说完,便和余不饿等人一起走出屋子,何聪明顺势把门关上。
这时候,孙扬才找到说话的机会。
“那个……余队长,你们等下就得回鱼城了吧?”
“嗯,事情已经结束了,我们也该回去了。”
“那好,既然这样……我和小金就先回镇上了。”
余不饿微笑着点头。
临别之前,小金还和余不饿互相留了联系方式。
孙扬也有这个心思,但是毕竟年纪摆在这,又有些不好意思,还是余不饿主动开口,和孙扬交换了联系方式。
送走二人,没多久,何聪明也出来了。
洗了澡换了一身衣服的他,看上去容光焕发,就是感觉好像又黑了一些。
沿着小路,一直走到村口,刘主任带着人,正在那里站着。
本来他们是想着送一下余不饿等人,看着何聪明也在人群中,不由愣了一下。
“何伢子,这就好了?”刘主任惊讶。
“嗯。”何聪明笑着点头,“我大哥的丹药是好东西,只要人没死,就能痊愈。”
刘主任点点头:“那可真是好东西……”
顿了顿,他又开口,“何伢子,你这是,要跟他们一起走吗?”
“是。”
“好……也好。
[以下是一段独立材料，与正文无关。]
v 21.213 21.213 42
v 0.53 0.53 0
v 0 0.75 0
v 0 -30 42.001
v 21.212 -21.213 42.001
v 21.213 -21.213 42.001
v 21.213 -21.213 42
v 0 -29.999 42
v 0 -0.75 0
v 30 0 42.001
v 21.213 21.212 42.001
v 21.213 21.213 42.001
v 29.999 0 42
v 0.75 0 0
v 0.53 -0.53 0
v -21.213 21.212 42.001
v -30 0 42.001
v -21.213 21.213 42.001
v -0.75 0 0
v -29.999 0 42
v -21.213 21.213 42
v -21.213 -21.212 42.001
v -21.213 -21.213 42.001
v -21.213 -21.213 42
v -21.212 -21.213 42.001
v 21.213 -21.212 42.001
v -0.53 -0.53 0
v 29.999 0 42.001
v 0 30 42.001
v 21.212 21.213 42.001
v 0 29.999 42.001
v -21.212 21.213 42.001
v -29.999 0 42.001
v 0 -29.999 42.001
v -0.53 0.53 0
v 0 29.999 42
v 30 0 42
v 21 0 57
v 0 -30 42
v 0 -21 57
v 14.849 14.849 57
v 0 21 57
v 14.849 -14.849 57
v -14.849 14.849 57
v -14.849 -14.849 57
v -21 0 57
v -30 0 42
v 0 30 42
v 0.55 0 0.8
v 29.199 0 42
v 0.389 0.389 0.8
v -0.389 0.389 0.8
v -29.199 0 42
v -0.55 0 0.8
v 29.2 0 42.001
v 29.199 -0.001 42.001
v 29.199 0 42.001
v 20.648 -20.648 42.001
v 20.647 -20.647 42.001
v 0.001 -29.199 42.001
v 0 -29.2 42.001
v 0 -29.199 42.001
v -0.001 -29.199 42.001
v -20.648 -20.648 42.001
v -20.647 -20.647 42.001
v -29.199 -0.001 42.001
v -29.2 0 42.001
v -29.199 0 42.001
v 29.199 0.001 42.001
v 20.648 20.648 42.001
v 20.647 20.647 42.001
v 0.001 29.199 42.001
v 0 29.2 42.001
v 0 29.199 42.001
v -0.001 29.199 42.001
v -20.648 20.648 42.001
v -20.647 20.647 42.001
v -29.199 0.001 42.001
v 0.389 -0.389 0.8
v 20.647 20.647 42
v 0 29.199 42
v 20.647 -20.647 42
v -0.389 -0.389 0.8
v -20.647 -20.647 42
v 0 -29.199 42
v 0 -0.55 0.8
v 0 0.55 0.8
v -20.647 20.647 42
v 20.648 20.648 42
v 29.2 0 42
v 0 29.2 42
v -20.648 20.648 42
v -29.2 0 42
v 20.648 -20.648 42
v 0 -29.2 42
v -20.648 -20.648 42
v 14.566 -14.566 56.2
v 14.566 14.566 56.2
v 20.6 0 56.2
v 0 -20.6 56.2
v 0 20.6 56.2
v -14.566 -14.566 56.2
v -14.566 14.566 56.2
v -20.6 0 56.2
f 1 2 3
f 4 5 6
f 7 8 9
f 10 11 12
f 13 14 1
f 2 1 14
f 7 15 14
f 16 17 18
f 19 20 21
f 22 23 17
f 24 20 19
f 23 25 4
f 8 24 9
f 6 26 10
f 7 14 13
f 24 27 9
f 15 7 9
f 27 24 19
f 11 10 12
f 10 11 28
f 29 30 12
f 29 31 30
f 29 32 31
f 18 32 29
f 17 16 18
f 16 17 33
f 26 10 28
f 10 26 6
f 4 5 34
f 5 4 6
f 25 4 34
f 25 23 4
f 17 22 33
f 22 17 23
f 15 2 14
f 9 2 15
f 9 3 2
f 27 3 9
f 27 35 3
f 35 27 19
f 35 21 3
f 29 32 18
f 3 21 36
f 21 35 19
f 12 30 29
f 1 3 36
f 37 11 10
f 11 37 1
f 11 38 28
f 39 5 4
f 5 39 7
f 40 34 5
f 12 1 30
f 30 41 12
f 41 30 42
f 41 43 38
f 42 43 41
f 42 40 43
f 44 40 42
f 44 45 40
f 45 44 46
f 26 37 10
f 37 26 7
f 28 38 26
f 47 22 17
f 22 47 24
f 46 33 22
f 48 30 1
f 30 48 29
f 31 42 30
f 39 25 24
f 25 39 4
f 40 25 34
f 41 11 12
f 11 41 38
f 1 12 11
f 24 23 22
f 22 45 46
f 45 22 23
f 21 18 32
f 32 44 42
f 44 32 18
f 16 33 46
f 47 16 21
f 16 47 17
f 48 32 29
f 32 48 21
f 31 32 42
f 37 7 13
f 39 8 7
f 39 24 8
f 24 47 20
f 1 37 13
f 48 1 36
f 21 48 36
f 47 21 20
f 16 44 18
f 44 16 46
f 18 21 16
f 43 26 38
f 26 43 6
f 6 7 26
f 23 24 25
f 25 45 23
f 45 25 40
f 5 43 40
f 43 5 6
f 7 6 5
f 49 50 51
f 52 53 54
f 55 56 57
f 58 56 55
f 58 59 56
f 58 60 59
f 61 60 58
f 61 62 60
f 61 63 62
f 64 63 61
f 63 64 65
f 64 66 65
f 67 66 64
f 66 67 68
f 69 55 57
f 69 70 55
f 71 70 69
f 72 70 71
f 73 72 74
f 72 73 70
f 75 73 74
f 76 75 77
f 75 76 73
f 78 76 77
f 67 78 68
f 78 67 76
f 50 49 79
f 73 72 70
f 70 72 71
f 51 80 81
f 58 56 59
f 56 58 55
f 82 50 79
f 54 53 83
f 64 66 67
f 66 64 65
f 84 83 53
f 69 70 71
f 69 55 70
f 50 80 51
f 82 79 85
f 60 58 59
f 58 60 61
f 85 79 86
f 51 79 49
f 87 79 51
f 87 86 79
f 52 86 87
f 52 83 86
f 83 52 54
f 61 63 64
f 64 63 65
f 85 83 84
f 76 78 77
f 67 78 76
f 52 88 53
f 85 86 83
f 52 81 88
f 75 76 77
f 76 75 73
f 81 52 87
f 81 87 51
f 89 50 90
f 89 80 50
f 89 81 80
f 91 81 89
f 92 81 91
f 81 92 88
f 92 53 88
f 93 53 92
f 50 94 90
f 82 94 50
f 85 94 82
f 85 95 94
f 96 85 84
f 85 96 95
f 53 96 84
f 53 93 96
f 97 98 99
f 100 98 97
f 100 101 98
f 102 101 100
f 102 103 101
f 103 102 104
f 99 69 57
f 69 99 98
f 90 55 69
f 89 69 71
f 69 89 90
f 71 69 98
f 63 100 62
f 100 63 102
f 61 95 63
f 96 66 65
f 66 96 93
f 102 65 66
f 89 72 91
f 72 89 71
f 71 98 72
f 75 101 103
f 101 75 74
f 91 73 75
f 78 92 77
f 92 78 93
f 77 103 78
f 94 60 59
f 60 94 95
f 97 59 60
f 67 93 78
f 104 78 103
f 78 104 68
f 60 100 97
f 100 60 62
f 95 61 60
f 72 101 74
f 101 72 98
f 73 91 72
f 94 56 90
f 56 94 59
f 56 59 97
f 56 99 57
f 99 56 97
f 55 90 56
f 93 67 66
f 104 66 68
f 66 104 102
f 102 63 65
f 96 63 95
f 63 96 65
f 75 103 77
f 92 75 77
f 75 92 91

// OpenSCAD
bigR=30;
smallR=bigR*0.7;

bottomH=bigR*1.4;
topH=bigR*0.5;

blunt=1;

tipR=0.75;

nozzleWidth=0.4;

diff=nozzleWidth*2;

hollowDiamond(bigR,smallR,tipR,bottomH,topH,diff);

// difference() {
//   hollowDiamond(bigR,smallR,tipR,bottomH,topH,diff);
//   translate([0,0,-500]) cube([1000,1000,1000]);
// }


module hollowDiamond(bigR,smallR,tipR,bottomH,topH,diff) {
  difference() {
    diamond(bigR,smallR,tipR,bottomH,topH);
    translate([0,0,diff]) diamond(bigR-diff,smallR-diff/2,tipR-diff/4,bottomH-diff,topH-diff);
  }
}



module diamond(bigR,smallR,tipR,bottomH,topH) {
  $fn=8;
  cylinder(r1=tipR,r2=bigR,h=bottomH+0.001);
  translate([0,0,bottomH]) cylinder(r1=bigR,r2=smallR,h=topH);
}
”刘主任有些怅然。
他往前走了两步,将一张银行卡塞到何聪明手里。
何聪明吓一跳,又有些不解。
“刘主任,您这是?”
“这张卡,是村里人的一点心意,这些年苦了你了。”刘主任轻声说道。
何聪明的眼睛有些泛红,像是多年积攒的情绪,此刻得到了释放。
“刘主任,这个……我不能要。”
刘主任还想说些什么,何聪明已经将卡塞进他的手里。
“以前,是我为村子做些力所能及的事,过去的就过去了。”
刘主任对上何聪明澄澈的目光,忽然笑了一下。
他轻轻点头,将银行卡收起来。
“好,何伢子,以后还回来吗?”
何聪明愣了一下。
他有些钦佩这位小老头的睿智。
自己还没说什么,对方就读懂了一切。
此刻,他回头看了一眼,那是自己家的方向。
良久,他回过头来,轻笑了一声。
“肯定要回来啊!家里的坟还在老山上呢。”
刘主任明白了。
何聪明以后就算回来,也只是为了上坟。
对这个孩子来说,黑牛沟不像是故土,更像是囚笼。
以前的他,明明有选择的权利,却一次次如鸟投林般,一次次撞回笼子里。
现在,他可以大大方方地出去了。
“何伢子,上车吧,别回头。”刘主任轻声说。
何聪明往前走,村民们的视线跟随着他。
曾几何时,村民的目光,于他而言如盏盏鬼火。
只要对上,便想躲避。
可现在,他以微笑回应,却又带了几分疏离。
直到,坐在守夜人的车上。
车发动的那一刻,他回头看了一眼,轻轻挥了挥手,与村民们告别。
坐在他旁边的程如新,重重拍了下他的肩膀。
“怎么样,大聪明,现在是什么感觉?”
“这是飞扬的感觉……”
程如新忽然想到什么,询问余不饿。
“大哥,正好大聪明现在也闲下来了,要不,让他也加入守夜人?”
余不饿还没说话,何聪明抢先说:“别了,我不适合的。”
顿了顿,又说,“最起码,现在不合适。”
余不饿听懂了他话里的意思,笑了一下。
“听你的意思,以后凝气液不卖了?”
何聪明脸一红,尴尬笑了笑。
“不卖了,再也不卖了。”
“那还直播吗?”余不饿又问。
毕竟何聪明以前直播就是为了赚钱。
至于为什么赚钱,他们现在也知道了。
现在的何聪明,无债一身轻,如果想要改变生活方式,也是合情合理的。
但是提起直播,何聪明又精神抖擞起来。
“播!必须得直播!不然我的家人们怎么办?!”
余不饿思索片刻,忽然道:“守夜人实习生的话,名额的确没了,主要是已经提交上去了。”
何聪明也没什么反应。
接着,余不饿又说:“不过要是有个编外人员的话,也不错,比如,我们出任务的时候拍视频,做个账号,顺便科普一下邪祟的特征以及弱点……”
何聪明的眼睛,如灯泡般亮了。
“还有这种好事?!”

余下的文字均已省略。